Vincent answered Fast Arc Cos algorithm by suggesting this function.
float arccos(float x)
{
x = 1 - (x + 1);
return pi * x / 2;
}
The question is, why x = 1 - (x + 1)
and not x = -x
?
Vincent answered Fast Arc Cos algorithm by suggesting this function.
float arccos(float x)
{
x = 1 - (x + 1);
return pi * x / 2;
}
The question is, why x = 1 - (x + 1)
and not x = -x
?
It returns a different result only when (x + 1) causes a loss of precision, that is, x is many orders of magnitude larger or smaller than one.
But I don't think this is tricky or sleight of hand, I think it's just plain wrong.
cos(0) = 1 but f(1) = -pi/2
cos(pi/2) = 0 but f(0) = 0
cos(pi) = -1 but f(-1) = pi/2
where f(x)
is Vincent's arccos
implementation.
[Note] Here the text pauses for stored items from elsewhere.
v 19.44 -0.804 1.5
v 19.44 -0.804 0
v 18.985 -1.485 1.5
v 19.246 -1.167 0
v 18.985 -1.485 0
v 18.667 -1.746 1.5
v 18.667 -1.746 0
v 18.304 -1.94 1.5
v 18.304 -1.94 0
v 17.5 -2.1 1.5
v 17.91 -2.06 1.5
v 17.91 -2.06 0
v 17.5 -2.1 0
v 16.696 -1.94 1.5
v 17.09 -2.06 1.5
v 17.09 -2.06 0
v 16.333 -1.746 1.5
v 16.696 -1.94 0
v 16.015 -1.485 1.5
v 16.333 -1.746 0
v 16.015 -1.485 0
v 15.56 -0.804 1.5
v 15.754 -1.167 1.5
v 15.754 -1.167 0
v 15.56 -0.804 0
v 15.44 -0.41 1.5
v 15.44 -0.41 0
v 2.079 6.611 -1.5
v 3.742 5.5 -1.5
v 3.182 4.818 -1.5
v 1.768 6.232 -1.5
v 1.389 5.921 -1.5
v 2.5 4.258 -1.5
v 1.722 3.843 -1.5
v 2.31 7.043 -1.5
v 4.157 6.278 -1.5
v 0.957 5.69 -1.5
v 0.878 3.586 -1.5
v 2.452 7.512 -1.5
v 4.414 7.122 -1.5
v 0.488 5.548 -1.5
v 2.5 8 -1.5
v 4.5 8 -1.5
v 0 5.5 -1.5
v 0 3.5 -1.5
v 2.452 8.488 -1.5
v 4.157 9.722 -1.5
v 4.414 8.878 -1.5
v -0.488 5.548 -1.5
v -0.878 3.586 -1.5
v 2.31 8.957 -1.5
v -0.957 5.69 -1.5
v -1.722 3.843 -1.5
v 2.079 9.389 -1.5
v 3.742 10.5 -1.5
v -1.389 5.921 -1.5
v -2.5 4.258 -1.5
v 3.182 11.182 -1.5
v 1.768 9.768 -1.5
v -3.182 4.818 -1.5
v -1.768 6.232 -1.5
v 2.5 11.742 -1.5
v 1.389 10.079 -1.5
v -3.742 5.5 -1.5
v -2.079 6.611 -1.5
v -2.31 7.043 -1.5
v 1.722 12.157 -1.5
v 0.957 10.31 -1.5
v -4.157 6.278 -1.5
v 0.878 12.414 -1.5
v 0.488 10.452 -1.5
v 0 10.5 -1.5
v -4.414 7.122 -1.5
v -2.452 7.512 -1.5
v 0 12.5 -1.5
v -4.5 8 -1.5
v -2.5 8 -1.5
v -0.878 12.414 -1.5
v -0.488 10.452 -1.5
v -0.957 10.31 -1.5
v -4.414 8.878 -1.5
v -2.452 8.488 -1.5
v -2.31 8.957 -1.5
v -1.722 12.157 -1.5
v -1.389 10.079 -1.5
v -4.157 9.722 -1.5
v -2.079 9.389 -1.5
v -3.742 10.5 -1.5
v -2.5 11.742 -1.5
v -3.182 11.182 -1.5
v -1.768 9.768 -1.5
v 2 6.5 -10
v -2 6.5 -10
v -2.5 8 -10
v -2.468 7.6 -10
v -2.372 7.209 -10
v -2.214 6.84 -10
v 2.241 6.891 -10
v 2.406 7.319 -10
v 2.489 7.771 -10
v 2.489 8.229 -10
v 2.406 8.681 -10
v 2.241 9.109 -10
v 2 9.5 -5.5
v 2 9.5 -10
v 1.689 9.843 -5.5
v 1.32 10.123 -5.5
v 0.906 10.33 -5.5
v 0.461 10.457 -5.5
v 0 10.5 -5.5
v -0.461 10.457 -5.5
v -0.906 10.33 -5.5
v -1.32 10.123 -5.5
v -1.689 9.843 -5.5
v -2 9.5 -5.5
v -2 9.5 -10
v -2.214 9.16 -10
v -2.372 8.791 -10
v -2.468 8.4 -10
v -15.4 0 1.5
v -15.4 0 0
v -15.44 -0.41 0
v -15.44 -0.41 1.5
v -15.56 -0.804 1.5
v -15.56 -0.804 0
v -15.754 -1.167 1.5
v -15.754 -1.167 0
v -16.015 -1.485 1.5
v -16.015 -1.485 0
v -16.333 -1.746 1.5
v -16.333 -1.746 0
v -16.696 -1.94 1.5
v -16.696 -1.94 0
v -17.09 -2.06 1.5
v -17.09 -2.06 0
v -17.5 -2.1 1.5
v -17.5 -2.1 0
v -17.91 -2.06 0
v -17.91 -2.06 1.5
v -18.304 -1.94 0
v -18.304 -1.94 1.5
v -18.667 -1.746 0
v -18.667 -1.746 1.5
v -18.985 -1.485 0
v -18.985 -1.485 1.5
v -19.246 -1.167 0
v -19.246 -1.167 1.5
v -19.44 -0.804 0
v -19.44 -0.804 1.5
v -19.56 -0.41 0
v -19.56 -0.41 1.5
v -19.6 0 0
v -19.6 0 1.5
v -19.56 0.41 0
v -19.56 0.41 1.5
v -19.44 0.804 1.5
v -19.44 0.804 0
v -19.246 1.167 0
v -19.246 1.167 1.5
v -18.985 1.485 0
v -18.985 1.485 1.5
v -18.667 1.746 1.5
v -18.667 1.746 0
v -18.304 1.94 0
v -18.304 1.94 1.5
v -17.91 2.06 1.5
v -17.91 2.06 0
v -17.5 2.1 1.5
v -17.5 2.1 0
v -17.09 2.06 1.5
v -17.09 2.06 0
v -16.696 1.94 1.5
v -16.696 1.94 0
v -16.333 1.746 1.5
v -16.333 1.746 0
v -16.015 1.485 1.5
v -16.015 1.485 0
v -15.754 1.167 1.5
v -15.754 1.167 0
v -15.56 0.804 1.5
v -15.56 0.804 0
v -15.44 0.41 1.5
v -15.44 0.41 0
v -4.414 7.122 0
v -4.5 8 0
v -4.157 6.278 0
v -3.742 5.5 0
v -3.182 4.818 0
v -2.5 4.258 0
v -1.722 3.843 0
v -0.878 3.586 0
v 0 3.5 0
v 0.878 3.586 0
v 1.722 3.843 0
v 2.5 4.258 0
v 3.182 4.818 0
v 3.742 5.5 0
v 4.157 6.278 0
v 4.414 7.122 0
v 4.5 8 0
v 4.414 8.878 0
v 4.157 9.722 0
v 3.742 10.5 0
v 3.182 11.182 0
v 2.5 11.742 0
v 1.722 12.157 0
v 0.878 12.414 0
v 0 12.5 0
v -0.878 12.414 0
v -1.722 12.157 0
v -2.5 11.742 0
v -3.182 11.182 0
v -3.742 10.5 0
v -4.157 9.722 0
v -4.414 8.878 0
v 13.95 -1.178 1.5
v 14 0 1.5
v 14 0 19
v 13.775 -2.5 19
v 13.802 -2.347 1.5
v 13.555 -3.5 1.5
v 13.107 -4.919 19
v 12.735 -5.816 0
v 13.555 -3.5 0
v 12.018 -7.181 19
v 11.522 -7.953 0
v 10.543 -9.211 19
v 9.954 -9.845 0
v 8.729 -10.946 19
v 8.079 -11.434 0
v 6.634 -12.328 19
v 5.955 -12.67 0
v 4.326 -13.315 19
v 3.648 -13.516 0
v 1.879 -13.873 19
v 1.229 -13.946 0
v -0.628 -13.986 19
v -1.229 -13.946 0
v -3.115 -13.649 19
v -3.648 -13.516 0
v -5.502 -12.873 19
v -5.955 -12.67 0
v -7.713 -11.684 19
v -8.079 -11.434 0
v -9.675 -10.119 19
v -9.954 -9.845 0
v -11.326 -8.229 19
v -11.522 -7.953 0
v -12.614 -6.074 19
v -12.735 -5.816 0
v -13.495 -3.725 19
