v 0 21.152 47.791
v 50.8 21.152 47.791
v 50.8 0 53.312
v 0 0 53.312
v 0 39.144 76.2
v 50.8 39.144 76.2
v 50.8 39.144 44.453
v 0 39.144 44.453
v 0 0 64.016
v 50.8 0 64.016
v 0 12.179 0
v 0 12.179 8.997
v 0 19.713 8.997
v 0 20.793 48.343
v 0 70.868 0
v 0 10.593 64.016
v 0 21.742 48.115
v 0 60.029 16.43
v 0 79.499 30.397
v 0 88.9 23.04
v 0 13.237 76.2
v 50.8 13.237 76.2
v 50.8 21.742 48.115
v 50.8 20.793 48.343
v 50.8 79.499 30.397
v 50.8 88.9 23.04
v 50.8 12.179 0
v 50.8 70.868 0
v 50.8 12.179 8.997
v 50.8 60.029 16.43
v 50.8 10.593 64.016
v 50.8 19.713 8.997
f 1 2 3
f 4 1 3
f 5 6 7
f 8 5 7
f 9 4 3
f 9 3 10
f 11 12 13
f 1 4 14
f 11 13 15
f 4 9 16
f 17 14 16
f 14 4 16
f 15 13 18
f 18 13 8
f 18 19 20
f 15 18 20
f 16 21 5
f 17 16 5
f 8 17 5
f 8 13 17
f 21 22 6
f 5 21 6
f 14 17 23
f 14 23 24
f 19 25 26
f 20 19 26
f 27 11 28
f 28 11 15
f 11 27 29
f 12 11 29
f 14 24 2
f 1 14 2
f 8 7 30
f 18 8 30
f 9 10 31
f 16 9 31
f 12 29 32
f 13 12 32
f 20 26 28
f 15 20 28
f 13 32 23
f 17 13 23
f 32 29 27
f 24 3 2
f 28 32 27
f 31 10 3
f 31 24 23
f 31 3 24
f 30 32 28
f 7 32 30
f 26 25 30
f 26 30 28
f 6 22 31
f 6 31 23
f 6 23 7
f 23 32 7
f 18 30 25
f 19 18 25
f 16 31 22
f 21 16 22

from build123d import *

# Parameters (mm, degrees)
F0_W     = 88.9
F0_H     = 76.2
F1_DEPTH = 50.8
F4_DEPTH = 50.8
F7_DEPTH = 50.8


with BuildPart() as f1:
    # F0 (on Right) → F1 (new body)
    with BuildSketch(Plane.YZ):
        with Locations((44.45, 38.1)):
            Rectangle(F0_W, F0_H)
    extrude(amount=F1_DEPTH)

    # F2 (on face) → F4 (cut)
    with BuildSketch(Plane.YZ.offset(50.8)):
        Polygon((0, 76.2), (0, 64.015649), (10.592989, 64.015649), (13.236613, 76.2), align=None)
        Polygon((88.9, 76.2), (39.144106, 76.2), (39.144106, 44.45285), (60.028717, 16.43046), (79.499279, 30.397216), (88.9, 23.039514), align=None)
        Polygon((88.9, 23.039514), (70.867568, 0), (88.9, 0), align=None)
    extrude(amount=-F4_DEPTH, mode=Mode.SUBTRACT)

    # F6 (on face) → F7 (cut)
    with BuildSketch(Plane.YZ.offset(50.8)):
        Polygon((21.15212, 47.791194), (0, 53.31191), (0, 0), (12.17937, 0), (12.17937, 8.996861), (19.713309, 8.996861), (21.741677, 48.115388), (20.793015, 48.34297), align=None)
    extrude(amount=-F7_DEPTH, mode=Mode.SUBTRACT)


solid = f1.part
All of them are off by pi/2
, a linear approximation that gets at least these three points correct would be
g(x) = (1 - x) * pi / 2
I don't see the details instantly, but think about what happens as x approaches 1 or -1 from either side, and consider roundoff error.
Addition causes that both numbers are normalized (in this case, relevant for x). IIRC, in Knuth's volume 2, in the chapter on floating-point arithmetic, you can even see an expression like x+0.